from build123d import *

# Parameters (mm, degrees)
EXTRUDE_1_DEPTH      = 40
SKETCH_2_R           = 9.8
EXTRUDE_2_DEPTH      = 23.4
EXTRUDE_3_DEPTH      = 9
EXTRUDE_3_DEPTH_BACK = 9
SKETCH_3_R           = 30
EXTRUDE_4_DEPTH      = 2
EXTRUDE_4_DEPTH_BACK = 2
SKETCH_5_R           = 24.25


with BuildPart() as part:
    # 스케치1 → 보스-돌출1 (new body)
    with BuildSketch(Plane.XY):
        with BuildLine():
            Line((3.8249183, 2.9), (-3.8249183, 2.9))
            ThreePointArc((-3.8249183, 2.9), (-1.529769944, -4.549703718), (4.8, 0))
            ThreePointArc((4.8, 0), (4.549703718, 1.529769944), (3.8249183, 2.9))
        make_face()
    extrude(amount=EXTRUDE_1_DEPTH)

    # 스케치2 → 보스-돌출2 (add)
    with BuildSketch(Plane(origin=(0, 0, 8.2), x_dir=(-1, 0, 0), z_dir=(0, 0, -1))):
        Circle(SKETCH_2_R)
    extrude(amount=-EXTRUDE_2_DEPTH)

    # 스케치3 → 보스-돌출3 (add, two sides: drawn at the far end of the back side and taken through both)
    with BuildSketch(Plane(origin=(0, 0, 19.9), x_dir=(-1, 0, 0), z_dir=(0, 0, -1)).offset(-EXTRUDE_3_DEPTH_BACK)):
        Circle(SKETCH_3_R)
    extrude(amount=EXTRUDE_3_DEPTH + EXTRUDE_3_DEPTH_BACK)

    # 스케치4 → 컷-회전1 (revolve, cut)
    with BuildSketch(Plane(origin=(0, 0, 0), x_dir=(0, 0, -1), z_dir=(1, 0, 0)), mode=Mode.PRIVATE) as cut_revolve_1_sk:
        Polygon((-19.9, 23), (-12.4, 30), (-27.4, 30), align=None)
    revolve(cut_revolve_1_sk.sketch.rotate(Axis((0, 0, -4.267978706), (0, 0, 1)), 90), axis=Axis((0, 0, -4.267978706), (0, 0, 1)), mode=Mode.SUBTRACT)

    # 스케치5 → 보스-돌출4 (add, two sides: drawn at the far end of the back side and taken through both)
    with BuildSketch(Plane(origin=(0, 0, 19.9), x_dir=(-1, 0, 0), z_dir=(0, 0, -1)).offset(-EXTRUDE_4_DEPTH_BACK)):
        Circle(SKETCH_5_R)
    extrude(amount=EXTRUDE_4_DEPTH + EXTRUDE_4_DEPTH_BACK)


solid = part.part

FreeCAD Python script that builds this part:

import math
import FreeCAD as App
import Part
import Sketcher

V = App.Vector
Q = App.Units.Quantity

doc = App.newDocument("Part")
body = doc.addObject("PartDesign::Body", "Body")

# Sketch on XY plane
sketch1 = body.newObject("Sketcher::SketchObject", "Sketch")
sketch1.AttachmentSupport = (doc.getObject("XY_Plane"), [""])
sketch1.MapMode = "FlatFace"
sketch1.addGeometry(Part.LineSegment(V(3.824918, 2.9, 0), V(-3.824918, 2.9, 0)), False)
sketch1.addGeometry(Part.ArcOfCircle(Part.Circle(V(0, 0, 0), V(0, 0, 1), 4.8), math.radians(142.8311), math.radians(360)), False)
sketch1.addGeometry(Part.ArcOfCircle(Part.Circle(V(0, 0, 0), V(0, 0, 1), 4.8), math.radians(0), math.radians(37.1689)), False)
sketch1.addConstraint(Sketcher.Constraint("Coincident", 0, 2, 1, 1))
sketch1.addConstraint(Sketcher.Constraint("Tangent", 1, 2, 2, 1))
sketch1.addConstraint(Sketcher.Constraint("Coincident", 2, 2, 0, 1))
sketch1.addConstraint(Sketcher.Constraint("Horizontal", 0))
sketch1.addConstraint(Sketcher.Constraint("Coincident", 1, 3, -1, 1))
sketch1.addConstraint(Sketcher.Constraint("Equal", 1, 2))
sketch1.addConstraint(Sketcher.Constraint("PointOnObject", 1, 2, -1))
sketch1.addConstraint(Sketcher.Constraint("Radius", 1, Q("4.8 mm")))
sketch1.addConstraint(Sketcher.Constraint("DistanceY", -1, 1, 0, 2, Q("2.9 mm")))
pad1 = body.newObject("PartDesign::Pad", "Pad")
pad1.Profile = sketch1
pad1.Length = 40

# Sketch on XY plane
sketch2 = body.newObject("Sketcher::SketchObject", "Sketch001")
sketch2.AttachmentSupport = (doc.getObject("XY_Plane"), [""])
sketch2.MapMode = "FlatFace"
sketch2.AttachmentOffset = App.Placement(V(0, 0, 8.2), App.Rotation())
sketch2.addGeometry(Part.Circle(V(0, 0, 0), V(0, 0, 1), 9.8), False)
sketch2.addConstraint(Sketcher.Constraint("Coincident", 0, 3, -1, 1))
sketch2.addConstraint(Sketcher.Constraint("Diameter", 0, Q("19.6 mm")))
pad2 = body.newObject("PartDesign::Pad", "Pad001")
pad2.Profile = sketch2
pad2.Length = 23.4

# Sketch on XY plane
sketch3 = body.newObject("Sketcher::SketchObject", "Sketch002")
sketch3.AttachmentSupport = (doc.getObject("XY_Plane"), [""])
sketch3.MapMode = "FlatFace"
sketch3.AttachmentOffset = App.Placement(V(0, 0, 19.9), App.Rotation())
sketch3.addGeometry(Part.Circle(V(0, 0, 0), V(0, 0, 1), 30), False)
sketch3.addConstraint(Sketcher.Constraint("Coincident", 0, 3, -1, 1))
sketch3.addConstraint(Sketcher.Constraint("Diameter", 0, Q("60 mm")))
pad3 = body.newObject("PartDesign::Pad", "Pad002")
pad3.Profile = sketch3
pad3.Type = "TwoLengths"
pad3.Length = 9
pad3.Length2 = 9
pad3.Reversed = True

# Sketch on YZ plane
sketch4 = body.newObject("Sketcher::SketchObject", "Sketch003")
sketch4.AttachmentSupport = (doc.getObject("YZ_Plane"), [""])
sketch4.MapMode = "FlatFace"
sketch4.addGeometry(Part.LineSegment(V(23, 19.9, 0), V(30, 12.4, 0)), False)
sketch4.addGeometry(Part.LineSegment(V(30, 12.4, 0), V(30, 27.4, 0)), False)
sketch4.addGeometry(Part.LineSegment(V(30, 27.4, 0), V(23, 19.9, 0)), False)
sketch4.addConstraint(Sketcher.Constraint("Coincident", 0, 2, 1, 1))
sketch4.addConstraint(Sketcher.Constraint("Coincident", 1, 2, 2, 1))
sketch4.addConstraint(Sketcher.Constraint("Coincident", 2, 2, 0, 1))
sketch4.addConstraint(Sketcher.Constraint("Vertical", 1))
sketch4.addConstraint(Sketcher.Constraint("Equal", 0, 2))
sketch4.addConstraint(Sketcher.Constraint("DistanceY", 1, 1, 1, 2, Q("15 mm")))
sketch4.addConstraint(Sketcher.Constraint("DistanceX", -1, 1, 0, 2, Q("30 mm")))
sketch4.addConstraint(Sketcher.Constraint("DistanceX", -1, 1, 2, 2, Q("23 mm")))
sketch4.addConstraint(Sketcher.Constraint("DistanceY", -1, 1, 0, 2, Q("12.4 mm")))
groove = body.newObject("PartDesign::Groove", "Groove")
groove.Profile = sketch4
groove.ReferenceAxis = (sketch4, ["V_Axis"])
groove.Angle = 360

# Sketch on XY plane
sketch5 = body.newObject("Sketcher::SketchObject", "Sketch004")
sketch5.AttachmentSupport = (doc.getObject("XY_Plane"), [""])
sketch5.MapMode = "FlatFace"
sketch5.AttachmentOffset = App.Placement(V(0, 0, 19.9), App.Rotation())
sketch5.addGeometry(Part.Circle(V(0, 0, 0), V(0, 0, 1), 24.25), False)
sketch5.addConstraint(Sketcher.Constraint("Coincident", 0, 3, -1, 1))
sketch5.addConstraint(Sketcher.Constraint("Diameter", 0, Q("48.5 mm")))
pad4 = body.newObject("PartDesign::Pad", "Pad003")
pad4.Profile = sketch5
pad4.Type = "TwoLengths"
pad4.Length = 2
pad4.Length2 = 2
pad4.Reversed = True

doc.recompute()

**TASK TO CARRY OUT:**
Provide only the number of lines in the listing above that contain "sides".

**OUTPUT OF THE EXERCISE:**
2